Como sabem, na tarde/noite do passado sábado, 8 de Setembro, ocorreu «alguma» instabilidade no Norte/Centro-Norte de Portugal Continental.

Eu estava na aldeia das Barras, em Tábua, e ao fim da tarde ia observando uma grande célula que se situava a NE.

Algumas fotos:












(Quando estava a experimentar captar raios, luz a menos)










(Já com a ISO corrigida)

























Um vídeo com alguns relâmpagos/raios que captei. Provavelmente vão reparar que há cenas com qualidade de vídeo diferentes. Isto deve-se ao facto de as duas máquinas fotográficas e o telemóvel estarem todos com bateria fraca Mas eu tinha uma ficha eléctrica perto de uma janela, e enquanto o telemóvel carregava, gravava ao mesmo tempo.

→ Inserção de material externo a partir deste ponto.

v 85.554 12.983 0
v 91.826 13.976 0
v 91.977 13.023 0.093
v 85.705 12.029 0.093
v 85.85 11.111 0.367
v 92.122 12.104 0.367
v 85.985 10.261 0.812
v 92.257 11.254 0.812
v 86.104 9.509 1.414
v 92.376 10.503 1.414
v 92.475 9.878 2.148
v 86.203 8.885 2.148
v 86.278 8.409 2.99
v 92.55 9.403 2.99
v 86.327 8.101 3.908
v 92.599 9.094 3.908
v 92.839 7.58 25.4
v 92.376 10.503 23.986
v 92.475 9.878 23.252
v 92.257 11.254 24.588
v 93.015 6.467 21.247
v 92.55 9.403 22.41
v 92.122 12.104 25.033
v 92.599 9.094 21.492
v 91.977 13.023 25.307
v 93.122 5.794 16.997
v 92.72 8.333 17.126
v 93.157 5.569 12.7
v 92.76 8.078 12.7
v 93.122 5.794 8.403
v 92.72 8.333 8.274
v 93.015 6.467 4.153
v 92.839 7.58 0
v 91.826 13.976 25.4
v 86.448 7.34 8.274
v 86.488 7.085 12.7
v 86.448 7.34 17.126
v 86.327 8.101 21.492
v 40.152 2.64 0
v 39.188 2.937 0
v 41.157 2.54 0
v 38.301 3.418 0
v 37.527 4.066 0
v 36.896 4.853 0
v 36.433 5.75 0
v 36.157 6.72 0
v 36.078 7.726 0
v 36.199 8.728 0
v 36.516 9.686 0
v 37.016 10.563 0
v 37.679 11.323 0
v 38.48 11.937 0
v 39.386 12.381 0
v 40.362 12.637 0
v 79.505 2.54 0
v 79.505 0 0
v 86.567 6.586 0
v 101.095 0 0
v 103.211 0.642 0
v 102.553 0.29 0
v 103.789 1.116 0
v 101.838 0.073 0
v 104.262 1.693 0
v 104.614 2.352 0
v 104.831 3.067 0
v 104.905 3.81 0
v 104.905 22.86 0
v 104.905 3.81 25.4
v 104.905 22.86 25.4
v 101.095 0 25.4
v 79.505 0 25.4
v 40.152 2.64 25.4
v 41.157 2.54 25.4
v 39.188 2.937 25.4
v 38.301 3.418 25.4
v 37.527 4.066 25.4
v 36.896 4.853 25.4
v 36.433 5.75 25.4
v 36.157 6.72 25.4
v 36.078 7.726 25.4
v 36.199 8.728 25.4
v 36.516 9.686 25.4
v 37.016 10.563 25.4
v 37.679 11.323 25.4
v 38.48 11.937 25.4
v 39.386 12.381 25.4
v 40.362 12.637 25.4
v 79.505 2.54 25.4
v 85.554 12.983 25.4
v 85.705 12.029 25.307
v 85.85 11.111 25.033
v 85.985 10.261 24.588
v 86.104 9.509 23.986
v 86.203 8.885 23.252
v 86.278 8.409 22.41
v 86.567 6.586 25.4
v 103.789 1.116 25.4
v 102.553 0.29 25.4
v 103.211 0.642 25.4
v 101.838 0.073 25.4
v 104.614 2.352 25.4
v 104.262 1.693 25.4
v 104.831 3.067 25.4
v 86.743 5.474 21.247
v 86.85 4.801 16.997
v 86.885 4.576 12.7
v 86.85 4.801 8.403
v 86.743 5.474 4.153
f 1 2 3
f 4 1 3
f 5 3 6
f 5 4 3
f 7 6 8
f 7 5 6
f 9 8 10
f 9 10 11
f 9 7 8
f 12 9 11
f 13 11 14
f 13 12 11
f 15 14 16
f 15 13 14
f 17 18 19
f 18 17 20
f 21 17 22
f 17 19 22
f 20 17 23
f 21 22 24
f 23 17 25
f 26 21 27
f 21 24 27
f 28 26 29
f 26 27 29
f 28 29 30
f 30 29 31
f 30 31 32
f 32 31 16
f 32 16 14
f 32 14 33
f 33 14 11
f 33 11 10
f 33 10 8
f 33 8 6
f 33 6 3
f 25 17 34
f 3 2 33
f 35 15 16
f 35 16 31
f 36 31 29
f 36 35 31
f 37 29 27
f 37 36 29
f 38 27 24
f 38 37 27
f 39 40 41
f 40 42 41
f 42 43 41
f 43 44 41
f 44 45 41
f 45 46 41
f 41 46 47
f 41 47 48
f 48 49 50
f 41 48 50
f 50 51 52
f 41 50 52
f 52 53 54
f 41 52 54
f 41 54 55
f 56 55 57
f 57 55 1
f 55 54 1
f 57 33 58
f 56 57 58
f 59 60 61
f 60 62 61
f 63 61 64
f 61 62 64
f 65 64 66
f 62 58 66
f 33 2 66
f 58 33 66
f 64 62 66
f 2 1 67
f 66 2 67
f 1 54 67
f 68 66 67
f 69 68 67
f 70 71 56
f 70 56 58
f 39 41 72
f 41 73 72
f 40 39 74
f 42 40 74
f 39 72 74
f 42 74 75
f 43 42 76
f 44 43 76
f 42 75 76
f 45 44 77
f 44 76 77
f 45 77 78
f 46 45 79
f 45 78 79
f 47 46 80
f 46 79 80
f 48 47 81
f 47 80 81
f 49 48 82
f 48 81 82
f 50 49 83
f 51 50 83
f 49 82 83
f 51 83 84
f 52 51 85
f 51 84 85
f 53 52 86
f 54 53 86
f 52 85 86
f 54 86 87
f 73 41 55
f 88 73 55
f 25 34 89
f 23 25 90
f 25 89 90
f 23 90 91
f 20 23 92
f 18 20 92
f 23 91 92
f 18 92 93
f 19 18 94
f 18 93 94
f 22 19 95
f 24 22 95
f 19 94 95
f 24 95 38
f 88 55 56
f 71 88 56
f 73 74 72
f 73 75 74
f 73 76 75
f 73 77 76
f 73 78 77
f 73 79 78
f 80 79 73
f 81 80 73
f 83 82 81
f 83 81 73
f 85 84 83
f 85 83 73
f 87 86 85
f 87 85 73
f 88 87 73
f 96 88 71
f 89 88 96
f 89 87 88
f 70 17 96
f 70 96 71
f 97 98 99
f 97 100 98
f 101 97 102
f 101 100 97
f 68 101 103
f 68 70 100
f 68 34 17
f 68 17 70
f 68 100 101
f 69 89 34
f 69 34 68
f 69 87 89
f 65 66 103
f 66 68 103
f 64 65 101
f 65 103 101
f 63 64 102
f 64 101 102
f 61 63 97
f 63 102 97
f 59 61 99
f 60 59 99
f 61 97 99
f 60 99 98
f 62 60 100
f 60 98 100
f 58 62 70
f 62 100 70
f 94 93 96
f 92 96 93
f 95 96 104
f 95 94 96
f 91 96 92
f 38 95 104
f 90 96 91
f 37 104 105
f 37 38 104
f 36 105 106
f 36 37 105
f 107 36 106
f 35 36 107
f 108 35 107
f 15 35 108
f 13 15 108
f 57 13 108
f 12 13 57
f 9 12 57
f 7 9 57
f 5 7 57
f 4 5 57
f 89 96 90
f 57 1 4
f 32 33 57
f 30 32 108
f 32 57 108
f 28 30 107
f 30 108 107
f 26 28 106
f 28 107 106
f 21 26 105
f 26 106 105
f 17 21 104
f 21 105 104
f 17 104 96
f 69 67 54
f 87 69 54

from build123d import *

# Parameters (mm, degrees)
F1_DEPTH = 25.4
F2_R     = 3.81
F5_W     = 6.35
F5_H     = 2.54
F7_R     = 5.08
F8_R     = 5.08


with BuildPart() as f1:
    # F0 (on Top) → F1 (new body)
    with BuildSketch(Plane.XY):
        Polygon((104.9045048051, 0), (104.9045048051, 2.54), (104.9045048051, 22.86), (-23.3909259731, 2.54), (79.5045048051, 2.54), (79.5045048051, 0), align=None)
    extrude(amount=F1_DEPTH)

    # F2
    f2_edges = [f1.edges().sort_by_distance(p)[0] for p in [
        (104.904505, 0, 12.7),
    ]]
    fillet(f2_edges, radius=F2_R)

    # F5 (on offset) → F6 (revolve, cut)
    with BuildSketch(Plane(origin=(-4.938303697, 31.1792224467, 0), x_dir=(-0.9876883406, -0.156434465, 0), z_dir=(-0.156434465, 0.9876883406, 0))):
        with Locations((-89.706552875, 52.07)):
            Rectangle(F5_W, F5_H)
    revolve(axis=Axis((58.4876587146, 41.2249080053, 12.7), (-0.9876883406, -0.156434465, 0)), mode=Mode.SUBTRACT)

    # F7
    f7_edges = [f1.edges().sort_by_distance(p)[0] for p in [
        (89.283099, 9.733642, 25.4),
        (89.283099, 9.733642, 0),
    ]]
    fillet(f7_edges, radius=F7_R)

    # F8
    f8_edges = [f1.edges().sort_by_distance(p)[0] for p in [
        (-23.390926, 2.54, 12.7),
    ]]
    fillet(f8_edges, radius=F8_R)


solid = f1.part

Enquanto gravava com o telemóvel, a bateria da máquina reflex carregava, e ia assim «rodando» de gravadores


----------



## miguel (10 Set 2012 às 21:00)

Grande reportagem!! parabéns e podes-te considerar uma pessoa com sorte  era uma lotaria esse dia e a ti saiu o jackpot


----------



## Mário Barros (10 Set 2012 às 21:42)

Muito bom Duarte, excelentes fotos.


----------



## ajrebelo (11 Set 2012 às 11:33)

Boas 

Muito bom Duarte, parabéns, agora já não te vai escapar uma 

Abraços


----------



## I_Pereira (12 Set 2012 às 00:07)

Duarte Sousa disse:


>



A pontaria... o mesmo relâmpago, mas um bocado mais longe 






Aqui a trovoada não rendeu tanto, além da distância, haviam outras nuvens a tapar a maioria dos relâmpagos (clarões viam-se muitos) e a minha atenção estava mais virada para o incêndio de Lomba (Arganil)


----------



## Duarte Sousa (12 Set 2012 às 12:36)

Obrigado a todos

Como diz o Miguel, saiu-me o jackpot Quer dizer, jackpot talvez teria sido estar mais perto da célula, mas mesmo assim já foi bem bom

Ivo Pereira, bastante interessante termos captado o mesmo raio

Abraços


----------



## Maria Papoila (12 Set 2012 às 13:44)

[QUOTE=Duarte Sousa; Ivo Pereira


Impressionante 

Boas fotos. Parabéns


----------



## Brigantia (12 Set 2012 às 23:14)

Muito bons registos




Duarte Sousa disse:


> Ivo Pereira, bastante interessante termos captado o mesmo raio



Não escapa nada aos membros deste fórum


----------